Edit (July 16) The original was cancelled but it has been relaunched. There are currently 6 more days to go!

New Launch

http://www.kickstarter.com/projects/2009301036/dial-dice-0


----------



## Piratecat (May 23, 2013)

Neat idea. Certainly easier to carry than normal dice, and no iphone battery issue.


----------



## darjr (May 23, 2013)

It was cancelled? Anybody know why?


----------



## Piratecat (May 23, 2013)

Looks like they're going to redesign the dice wheels to have the numbers in random, non-consecutive order. Perhaps it's early enough that they thought they'd do better overall if they present them that way from the start. Requires a new video, though.


----------



## sheadunne (May 23, 2013)

Piratecat said:


> Looks like they're going to redesign the dice wheels to have the numbers in random, non-consecutive order. Perhaps it's early enough that they thought they'd do better overall if they present them that way from the start. Requires a new video, though.




They just cancelled the kickstarter and are going to relaunch it next week.

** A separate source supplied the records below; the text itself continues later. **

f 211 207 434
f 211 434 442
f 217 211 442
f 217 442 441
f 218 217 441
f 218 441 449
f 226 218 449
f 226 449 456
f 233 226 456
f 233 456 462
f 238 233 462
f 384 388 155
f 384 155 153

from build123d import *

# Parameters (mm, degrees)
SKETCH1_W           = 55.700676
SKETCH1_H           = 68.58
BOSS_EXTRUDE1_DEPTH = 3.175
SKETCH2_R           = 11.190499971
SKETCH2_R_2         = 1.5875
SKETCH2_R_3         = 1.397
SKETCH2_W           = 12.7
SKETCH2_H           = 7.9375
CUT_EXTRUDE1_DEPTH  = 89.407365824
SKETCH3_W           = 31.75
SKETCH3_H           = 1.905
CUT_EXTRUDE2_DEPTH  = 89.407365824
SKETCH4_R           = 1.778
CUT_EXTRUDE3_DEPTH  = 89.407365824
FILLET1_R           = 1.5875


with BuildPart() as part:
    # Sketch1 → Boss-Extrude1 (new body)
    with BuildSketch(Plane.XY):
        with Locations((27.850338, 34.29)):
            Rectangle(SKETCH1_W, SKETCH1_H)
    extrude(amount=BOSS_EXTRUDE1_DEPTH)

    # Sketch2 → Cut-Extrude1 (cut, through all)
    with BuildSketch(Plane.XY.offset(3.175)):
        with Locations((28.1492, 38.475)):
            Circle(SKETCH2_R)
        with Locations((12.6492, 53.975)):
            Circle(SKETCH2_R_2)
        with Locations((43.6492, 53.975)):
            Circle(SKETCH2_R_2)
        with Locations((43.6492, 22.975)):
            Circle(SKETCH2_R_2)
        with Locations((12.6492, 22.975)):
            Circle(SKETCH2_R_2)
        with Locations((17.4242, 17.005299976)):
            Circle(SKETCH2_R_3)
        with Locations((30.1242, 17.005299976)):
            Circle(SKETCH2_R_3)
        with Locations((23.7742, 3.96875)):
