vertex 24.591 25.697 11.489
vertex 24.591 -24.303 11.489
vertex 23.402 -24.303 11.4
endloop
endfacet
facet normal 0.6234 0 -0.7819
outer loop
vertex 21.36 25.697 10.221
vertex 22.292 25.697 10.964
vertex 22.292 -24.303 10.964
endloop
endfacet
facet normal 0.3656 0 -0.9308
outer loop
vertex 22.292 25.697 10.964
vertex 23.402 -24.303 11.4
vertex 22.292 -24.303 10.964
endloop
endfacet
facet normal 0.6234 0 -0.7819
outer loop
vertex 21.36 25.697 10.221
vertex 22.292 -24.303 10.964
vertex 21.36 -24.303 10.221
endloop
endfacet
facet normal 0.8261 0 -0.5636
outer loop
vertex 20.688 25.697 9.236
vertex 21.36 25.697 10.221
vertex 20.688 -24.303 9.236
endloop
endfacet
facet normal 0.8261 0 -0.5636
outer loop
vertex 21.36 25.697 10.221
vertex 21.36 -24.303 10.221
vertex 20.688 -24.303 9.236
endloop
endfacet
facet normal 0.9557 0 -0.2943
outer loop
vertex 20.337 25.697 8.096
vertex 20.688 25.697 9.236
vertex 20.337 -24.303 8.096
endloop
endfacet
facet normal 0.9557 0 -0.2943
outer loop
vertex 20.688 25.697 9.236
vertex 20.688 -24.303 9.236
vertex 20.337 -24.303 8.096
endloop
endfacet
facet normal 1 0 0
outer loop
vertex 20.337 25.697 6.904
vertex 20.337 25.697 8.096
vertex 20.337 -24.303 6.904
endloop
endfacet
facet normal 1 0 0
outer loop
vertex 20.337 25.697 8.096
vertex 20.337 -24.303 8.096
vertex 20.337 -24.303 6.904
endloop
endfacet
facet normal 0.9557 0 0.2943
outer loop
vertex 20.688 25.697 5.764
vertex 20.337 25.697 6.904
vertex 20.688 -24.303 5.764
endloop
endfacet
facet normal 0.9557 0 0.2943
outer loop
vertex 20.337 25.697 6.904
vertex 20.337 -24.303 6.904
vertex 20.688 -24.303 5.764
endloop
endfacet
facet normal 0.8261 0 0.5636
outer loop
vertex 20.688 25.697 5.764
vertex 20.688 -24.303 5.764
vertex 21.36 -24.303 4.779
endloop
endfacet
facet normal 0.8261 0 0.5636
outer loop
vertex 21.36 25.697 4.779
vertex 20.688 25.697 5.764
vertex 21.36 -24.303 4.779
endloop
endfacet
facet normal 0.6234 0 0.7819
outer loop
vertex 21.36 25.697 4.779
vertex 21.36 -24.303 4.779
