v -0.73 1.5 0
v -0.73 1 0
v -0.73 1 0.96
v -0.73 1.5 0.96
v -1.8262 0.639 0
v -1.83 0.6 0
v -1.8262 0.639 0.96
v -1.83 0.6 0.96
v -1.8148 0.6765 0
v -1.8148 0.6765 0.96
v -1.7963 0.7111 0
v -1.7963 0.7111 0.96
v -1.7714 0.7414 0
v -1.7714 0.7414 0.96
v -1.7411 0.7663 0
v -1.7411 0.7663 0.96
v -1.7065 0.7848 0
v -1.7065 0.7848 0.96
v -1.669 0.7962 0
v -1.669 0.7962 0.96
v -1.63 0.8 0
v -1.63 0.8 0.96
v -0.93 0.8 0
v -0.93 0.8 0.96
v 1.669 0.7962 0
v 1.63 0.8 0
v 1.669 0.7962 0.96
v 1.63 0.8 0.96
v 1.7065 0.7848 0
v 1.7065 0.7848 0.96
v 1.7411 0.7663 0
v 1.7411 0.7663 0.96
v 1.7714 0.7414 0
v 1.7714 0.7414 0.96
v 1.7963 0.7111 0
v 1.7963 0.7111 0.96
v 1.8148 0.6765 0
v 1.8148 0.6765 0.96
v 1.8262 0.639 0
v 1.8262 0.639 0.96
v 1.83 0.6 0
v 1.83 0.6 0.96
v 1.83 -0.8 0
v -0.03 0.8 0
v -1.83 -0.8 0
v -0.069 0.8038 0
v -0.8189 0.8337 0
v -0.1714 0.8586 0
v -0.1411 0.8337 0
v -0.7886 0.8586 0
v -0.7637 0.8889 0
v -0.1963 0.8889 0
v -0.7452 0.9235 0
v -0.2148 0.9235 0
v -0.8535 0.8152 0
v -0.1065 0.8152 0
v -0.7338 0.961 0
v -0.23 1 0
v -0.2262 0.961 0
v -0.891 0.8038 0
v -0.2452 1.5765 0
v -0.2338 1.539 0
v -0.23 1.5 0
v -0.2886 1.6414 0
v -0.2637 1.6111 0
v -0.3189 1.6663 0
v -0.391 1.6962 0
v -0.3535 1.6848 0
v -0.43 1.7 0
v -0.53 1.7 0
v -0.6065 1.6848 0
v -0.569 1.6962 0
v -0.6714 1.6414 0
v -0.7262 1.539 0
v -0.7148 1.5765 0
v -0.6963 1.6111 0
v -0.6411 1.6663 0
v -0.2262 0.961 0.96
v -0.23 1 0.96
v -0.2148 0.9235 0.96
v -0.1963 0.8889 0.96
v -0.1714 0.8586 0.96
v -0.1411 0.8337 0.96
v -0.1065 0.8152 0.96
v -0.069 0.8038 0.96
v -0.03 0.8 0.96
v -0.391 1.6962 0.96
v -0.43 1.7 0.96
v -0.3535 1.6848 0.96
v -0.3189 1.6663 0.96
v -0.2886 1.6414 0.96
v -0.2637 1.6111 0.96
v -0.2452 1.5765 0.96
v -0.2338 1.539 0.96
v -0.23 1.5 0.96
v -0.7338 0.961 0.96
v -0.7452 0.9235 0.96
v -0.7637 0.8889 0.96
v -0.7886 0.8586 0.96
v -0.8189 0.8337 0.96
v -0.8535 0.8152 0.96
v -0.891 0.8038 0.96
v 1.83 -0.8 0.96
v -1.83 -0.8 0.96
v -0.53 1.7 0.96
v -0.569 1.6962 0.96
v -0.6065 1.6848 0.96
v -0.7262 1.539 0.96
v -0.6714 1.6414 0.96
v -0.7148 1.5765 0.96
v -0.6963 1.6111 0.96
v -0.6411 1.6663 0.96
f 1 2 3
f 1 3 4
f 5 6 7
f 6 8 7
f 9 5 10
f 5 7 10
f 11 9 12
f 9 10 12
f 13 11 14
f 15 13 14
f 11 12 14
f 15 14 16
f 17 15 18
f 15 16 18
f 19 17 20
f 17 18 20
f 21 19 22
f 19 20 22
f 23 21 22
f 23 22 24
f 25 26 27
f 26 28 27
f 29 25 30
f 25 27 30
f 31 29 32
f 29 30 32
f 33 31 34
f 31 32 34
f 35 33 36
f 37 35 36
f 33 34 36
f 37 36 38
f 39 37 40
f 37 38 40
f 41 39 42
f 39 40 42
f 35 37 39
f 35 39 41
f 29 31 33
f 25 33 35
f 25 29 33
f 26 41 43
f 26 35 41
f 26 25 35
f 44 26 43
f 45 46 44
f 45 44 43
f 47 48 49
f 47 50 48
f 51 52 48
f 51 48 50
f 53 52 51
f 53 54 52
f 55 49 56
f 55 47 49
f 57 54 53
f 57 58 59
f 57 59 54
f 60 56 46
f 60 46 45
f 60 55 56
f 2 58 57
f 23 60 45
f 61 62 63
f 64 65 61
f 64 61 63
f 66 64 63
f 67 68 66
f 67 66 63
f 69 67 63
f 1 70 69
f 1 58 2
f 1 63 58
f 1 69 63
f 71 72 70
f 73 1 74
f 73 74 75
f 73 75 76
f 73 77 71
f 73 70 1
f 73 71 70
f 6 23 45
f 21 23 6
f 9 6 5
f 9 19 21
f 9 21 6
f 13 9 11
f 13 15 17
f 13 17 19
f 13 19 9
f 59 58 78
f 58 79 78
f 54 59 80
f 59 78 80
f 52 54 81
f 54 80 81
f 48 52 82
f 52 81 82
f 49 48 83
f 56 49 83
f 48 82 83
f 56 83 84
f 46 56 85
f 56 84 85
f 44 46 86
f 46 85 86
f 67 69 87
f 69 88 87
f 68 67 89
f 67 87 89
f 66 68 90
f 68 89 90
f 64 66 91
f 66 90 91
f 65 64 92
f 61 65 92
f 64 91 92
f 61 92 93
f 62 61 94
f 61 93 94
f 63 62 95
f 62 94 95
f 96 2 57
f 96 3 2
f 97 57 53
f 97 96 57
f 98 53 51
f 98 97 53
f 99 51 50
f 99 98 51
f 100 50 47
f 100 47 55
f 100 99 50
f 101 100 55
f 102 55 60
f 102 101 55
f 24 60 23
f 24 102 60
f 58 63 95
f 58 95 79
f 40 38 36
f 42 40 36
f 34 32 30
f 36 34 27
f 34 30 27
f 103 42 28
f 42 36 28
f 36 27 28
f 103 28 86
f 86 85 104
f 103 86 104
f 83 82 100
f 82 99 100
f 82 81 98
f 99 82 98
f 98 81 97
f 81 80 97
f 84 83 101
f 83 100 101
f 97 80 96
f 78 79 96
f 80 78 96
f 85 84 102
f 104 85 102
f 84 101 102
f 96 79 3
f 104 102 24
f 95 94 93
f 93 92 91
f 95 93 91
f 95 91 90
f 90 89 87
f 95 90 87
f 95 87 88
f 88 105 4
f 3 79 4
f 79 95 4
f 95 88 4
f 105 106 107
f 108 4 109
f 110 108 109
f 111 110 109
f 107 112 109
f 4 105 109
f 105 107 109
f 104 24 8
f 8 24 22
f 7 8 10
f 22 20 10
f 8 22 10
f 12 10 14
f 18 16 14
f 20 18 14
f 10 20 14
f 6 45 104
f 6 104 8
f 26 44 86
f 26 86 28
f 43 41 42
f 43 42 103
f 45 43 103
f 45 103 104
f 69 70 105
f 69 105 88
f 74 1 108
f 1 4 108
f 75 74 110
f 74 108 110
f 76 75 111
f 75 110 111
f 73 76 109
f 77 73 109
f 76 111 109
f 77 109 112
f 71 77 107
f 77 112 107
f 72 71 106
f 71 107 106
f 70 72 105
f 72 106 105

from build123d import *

# Parameters (mm, degrees)
BOSS_EXTRUDE1_DEPTH = 0.96
FILLET1_R           = 0.2


with BuildPart() as part:
    # Sketch1 → Boss-Extrude1 (new body)
    with BuildSketch(Plane.XY):
        Polygon((-0.73, 0.8), (-0.73, 1.7), (-0.23, 1.7), (-0.23, 0.8), (1.83, 0.8), (1.83, -0.8), (-1.83, -0.8), (-1.83, 0.8), align=None)
    extrude(amount=BOSS_EXTRUDE1_DEPTH)

    # Fillet1
    fillet1_edges = [part.edges().sort_by_distance(p)[0] for p in [
        (-1.83, 0.8, 0.48),
        (-0.73, 0.8, 0.48),
        (-0.73, 1.7, 0.48),
        (-0.23, 1.7, 0.48),
        (-0.23, 0.8, 0.48),
        (1.83, 0.8, 0.48),
    ]]
    fillet(fillet1_edges, radius=FILLET1_R)


solid = part.part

They plan on making it out of Stainless Steel, have random number patterns, create a nice sleeve for the card, the d10 will be 0-9 instead of 1-10 and the d20 will be a single dial. All good things. I'll add a note when they relaunch.


----------



## herrozerro (May 24, 2013)

Oooo, I really want this.


----------



## zigmenthotep (May 26, 2013)

sheadunne said:


> They just cancelled the kickstarter and are going to relaunch it next week.
> 
> They plan on making it out of Stainless Steel, have random number patterns, create a nice sleeve for the card, the d10 will be 0-9 instead of 1-10 and the d20 will be a single dial. All good things. I'll add a note when they relaunch.



Neato, I was actually worried that the card wouldn't be durable enough, and wasn't fond of the 2 dial d20. I hope they also move the percentile dials next to each other so you can easily spin them both at once, that was the only other thing I didn't like.


----------



## sheadunne (Jun 11, 2013)

It's Back!

http://www.kickstarter.com/projects/2009301036/dial-dice-0


----------



## sheadunne (Jul 16, 2013)

There's still time for this. Some pretty fun stretch goals!

http://www.kickstarter.com/projects/2009301036/dial-dice-0


----------



## dafrca (Jul 17, 2013)

Ok, other than the novelty of it, why would a gamer want to use this over dice? 

I am not trying to be mean, rather I am trying to understand the value the $30+ brings to me as the gamer.


----------



## sheadunne (Jul 17, 2013)

dafrca said:


> Ok, other than the novelty of it, why would a gamer want to use this over dice?
> 
> I am not trying to be mean, rather I am trying to understand the value the $30+ brings to me as the gamer.




The novelty is the only reason!  Well, I suppose transport and noise are other factors, but neither particularly convincing ones. As with anything, it's just another way to produce random results during game play. Since I enjoy having variable methods, it works for me!


----------